For day-to-day work, Steven believes in partnerships and that digital is “part of the solution and together we need to solve the problem”.

IT in general used to see itself as a service provider that people came to with a problem, but a modern digital environment is “the flip side of that, where we craft services for the customer and to do that, we need to understand the organisation from end to end, not just IT”.

His own path

Steven has been so busy professionally, his own business, Technology Leadership, is on hold – it had involved providing Chief Information Officer and Chief Information Security Officer support for Ōtepoti Dunedin’s typically small-to-medium-sized businesses by the hour so they could afford the roles.

His consultancy started by chance, then word of mouth kept providing more work, which included vendor management, policy, third-party advice when a consultant was providing internal IT, and security assessments – he was initially Chief Information Security Officer at Te Pūkenga.

That was not his first business though, he created his first in his early 20s, after gaining a Bachelor of Information Technology and while an Otago Polytechnic IT team junior member.
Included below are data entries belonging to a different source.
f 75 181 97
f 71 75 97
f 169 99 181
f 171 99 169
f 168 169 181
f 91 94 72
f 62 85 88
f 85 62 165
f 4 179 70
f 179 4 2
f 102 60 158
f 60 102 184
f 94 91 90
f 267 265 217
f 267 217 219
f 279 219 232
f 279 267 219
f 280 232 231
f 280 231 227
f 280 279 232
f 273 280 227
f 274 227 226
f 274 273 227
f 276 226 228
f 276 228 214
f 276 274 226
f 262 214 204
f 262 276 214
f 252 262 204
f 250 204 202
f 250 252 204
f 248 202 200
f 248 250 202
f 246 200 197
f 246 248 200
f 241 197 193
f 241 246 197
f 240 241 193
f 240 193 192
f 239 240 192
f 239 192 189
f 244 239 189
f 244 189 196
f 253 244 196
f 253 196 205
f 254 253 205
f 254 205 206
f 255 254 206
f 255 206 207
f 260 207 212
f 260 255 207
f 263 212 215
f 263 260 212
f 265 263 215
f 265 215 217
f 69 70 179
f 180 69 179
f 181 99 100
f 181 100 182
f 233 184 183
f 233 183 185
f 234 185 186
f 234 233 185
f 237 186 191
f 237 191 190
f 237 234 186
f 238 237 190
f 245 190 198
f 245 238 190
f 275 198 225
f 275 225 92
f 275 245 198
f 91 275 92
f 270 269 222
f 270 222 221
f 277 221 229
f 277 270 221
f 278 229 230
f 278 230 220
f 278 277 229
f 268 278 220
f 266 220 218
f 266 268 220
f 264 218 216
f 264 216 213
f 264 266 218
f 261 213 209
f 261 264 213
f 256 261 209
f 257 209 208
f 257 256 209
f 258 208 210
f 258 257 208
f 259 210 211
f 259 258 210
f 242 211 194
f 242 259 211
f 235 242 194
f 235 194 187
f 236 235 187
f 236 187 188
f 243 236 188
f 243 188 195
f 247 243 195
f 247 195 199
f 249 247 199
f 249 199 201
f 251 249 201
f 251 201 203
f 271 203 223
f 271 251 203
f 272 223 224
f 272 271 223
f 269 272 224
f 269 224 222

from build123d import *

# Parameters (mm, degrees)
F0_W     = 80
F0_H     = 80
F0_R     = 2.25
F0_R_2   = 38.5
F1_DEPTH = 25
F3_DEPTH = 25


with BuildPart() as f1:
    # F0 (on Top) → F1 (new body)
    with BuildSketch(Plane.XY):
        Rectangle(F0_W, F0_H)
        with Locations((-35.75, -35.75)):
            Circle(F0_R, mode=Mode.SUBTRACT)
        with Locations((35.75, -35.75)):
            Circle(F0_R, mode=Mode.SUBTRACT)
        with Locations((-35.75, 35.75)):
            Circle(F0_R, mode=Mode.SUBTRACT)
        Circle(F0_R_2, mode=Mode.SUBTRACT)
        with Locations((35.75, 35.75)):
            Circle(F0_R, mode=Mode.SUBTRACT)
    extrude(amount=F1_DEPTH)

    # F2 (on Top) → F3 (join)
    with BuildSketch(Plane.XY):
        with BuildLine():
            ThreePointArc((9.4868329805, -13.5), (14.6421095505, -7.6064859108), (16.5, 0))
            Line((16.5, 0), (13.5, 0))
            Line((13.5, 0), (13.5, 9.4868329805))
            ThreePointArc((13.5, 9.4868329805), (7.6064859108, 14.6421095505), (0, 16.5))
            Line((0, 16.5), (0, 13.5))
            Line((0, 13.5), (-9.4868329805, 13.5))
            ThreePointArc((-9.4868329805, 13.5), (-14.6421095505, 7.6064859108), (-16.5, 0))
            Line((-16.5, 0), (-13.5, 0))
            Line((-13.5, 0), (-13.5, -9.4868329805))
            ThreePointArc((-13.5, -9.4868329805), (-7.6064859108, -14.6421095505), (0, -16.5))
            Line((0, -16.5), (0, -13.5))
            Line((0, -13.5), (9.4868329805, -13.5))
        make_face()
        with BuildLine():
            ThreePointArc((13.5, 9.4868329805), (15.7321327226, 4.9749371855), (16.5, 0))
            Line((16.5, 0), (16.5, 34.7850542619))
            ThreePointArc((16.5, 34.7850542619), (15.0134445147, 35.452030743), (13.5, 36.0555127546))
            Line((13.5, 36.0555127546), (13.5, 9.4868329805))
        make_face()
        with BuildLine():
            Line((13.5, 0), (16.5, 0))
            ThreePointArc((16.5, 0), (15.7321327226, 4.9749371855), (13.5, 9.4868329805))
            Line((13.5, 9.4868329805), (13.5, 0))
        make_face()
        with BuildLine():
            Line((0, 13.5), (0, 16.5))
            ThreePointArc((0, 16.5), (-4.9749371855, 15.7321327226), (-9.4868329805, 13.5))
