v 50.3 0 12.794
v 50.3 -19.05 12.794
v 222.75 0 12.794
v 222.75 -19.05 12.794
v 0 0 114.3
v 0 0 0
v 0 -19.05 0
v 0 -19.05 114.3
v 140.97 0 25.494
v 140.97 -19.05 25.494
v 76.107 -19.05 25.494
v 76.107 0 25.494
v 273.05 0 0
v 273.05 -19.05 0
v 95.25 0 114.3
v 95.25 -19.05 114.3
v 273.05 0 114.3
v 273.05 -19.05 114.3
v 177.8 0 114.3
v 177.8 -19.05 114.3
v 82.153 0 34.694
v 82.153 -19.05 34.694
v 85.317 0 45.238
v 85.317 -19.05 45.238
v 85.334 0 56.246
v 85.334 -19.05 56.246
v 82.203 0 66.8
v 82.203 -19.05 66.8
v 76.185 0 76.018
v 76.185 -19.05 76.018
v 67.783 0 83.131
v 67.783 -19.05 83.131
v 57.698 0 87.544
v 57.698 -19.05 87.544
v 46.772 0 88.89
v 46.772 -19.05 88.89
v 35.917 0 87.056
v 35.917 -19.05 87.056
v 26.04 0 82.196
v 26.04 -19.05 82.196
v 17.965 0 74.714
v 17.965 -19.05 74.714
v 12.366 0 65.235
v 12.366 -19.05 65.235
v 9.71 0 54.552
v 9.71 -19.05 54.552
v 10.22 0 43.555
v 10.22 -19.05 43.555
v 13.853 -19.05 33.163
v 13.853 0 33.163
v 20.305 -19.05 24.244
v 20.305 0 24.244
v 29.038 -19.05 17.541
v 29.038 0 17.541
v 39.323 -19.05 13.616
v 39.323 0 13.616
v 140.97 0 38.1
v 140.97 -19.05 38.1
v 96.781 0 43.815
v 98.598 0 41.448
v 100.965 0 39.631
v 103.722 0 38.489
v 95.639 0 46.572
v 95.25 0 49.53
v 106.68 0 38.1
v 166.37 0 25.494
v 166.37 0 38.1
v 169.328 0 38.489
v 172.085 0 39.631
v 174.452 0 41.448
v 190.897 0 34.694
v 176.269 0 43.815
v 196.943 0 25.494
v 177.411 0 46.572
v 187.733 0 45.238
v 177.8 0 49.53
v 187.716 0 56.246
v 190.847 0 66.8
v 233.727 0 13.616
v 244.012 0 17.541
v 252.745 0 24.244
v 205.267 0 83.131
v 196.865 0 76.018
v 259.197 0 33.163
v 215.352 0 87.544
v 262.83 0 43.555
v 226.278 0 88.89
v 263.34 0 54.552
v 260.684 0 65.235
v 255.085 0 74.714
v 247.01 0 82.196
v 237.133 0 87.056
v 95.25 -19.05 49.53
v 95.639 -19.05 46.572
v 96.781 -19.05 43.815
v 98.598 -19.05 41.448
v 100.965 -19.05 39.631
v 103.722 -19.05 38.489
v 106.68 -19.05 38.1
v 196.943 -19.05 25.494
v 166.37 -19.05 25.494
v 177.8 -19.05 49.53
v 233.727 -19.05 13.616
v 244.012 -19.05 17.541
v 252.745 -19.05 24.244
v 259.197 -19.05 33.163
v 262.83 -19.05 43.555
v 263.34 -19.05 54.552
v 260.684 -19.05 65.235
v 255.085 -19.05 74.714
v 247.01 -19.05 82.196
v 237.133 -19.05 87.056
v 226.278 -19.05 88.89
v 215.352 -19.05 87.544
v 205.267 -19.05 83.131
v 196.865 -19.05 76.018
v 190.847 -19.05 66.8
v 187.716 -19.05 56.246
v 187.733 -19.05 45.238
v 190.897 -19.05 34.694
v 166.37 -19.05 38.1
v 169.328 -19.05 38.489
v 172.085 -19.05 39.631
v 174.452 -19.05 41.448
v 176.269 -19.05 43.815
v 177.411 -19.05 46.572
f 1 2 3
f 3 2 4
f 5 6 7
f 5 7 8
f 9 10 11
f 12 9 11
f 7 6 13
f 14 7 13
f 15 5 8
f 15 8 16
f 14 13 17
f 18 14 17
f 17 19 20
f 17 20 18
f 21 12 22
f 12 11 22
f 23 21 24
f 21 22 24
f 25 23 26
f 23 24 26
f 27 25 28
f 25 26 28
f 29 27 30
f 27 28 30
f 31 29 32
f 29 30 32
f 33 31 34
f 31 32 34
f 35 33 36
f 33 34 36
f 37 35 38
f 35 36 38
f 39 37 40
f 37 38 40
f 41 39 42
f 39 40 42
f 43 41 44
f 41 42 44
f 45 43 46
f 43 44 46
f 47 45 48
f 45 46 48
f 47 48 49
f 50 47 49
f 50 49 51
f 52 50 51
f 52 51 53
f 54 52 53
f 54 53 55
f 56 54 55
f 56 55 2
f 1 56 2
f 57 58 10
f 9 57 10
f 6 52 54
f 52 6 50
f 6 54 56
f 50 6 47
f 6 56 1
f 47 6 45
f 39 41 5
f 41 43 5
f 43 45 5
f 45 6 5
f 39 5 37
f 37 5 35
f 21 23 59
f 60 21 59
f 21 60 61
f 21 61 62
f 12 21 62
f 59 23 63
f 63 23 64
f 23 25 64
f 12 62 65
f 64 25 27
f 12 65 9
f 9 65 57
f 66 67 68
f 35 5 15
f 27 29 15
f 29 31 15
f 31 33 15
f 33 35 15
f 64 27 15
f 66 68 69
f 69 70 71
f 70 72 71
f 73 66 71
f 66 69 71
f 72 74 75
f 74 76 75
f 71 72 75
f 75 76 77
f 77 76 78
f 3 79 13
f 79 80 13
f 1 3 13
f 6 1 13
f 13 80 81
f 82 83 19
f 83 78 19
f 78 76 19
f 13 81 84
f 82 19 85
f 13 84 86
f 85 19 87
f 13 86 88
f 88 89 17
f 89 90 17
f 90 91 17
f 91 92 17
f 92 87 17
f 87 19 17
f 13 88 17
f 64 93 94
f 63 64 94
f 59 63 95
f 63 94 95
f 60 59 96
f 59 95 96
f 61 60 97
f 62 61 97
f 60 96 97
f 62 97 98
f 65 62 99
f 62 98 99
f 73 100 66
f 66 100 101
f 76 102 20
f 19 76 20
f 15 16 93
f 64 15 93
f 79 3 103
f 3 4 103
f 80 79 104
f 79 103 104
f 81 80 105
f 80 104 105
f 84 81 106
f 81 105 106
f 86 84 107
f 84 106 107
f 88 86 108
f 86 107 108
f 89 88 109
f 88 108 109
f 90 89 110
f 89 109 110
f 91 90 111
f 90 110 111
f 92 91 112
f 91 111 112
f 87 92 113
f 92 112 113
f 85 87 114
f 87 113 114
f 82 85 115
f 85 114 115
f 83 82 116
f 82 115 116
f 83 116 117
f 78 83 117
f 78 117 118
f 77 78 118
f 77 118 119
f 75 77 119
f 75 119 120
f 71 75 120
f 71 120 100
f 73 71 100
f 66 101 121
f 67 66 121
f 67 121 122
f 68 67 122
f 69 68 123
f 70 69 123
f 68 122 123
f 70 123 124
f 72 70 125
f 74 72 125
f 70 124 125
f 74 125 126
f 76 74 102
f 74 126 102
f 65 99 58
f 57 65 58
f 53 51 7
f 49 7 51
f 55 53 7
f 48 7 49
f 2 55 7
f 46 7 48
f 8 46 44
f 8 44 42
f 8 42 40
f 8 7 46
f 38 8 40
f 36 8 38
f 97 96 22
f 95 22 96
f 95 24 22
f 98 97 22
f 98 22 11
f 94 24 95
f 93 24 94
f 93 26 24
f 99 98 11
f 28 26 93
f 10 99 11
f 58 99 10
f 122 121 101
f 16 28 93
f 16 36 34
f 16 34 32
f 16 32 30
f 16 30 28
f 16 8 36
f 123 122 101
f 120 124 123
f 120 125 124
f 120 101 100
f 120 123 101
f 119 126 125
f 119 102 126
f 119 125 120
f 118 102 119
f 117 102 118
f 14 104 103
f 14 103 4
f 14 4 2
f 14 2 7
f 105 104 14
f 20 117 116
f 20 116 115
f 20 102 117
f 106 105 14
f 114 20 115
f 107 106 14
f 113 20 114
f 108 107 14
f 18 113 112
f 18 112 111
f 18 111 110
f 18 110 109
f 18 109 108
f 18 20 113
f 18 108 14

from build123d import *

# Parameters (mm, degrees)
F0_W     = 273.05
F0_H     = 114.3
F1_DEPTH = 19.05
F2_R     = 38.1
F3_DEPTH = 25.4
F5_DEPTH = 25.4
F7_DEPTH = 25.4


with BuildPart() as f1:
    # F0 (on Front) → F1 (new body)
    with BuildSketch(Plane.XZ):
        with Locations((136.525, 57.15)):
            Rectangle(F0_W, F0_H)
    extrude(amount=F1_DEPTH)

    # F2 (on face) → F3 (cut)
    with BuildSketch(Plane.XZ.offset(19.05)):
        with Locations((225.425, 50.8)):
            Circle(F2_R)
        with Locations((47.625, 50.8)):
            Circle(F2_R)
    extrude(amount=-F3_DEPTH, mode=Mode.SUBTRACT)

    # F4 (on face) → F5 (cut)
    with BuildSketch(Plane.XZ.offset(19.05)):
        with BuildLine():
            Line((177.8, 114.3), (95.25, 114.3))
            Line((95.25, 114.3), (95.25, 49.53))
            ThreePointArc((95.25, 49.53), (98.597769, 41.447769), (106.68, 38.1))
            Line((106.68, 38.1), (166.37, 38.1))
            ThreePointArc((166.37, 38.1), (174.452231, 41.447769), (177.8, 49.53))
            Line((177.8, 49.53), (177.8, 114.3))
        make_face()
    extrude(amount=-F5_DEPTH, mode=Mode.SUBTRACT)

    # F6 (on face) → F7 (cut)
    with BuildSketch(Plane.XZ.offset(19.05)):
        Polygon((166.37, 25.494051), (166.37, 38.1), (140.97, 38.1), (140.97, 25.494051), (76.106905, 25.494051), (50.300408, 12.794051), (228.100408, 12.794051), (196.943095, 25.494051), align=None)
    extrude(amount=-F7_DEPTH, mode=Mode.SUBTRACT)


solid = f1.part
His company tested and tagged electrical equipment which “seemed like a great thing because I could go in and do it at night. It was $2 a tag, so it could be quite lucrative”.

The work helped pay for his study, but once other people started flooding into the emerging industry, he sold out.

Now outside his day job, is still a board member at North East Valley Normal School, where son Liam (9) is a pupil, and Steven has 25-month-old daughter, Briar, as well.

“Days go too slow if you’re not busy,” Steven says.

Students using tech image

Steven is keen on exploring how we could enhance the ways our students use technology.

The future
He is now looking forward to a new organisation and the challenges that brings.

Steven wants to get around his entire team and the wider University to find out about people’s concerns and needs. He has already done that with some people during the recruitment process and took notes that he plans to follow up on, saying “I don’t like wasting time”.

He is also looking forward to “investing my time in Ōtepoti Dunedin once again, and “being a little more focused – on one organisation rather than 25 [polytechnics]”.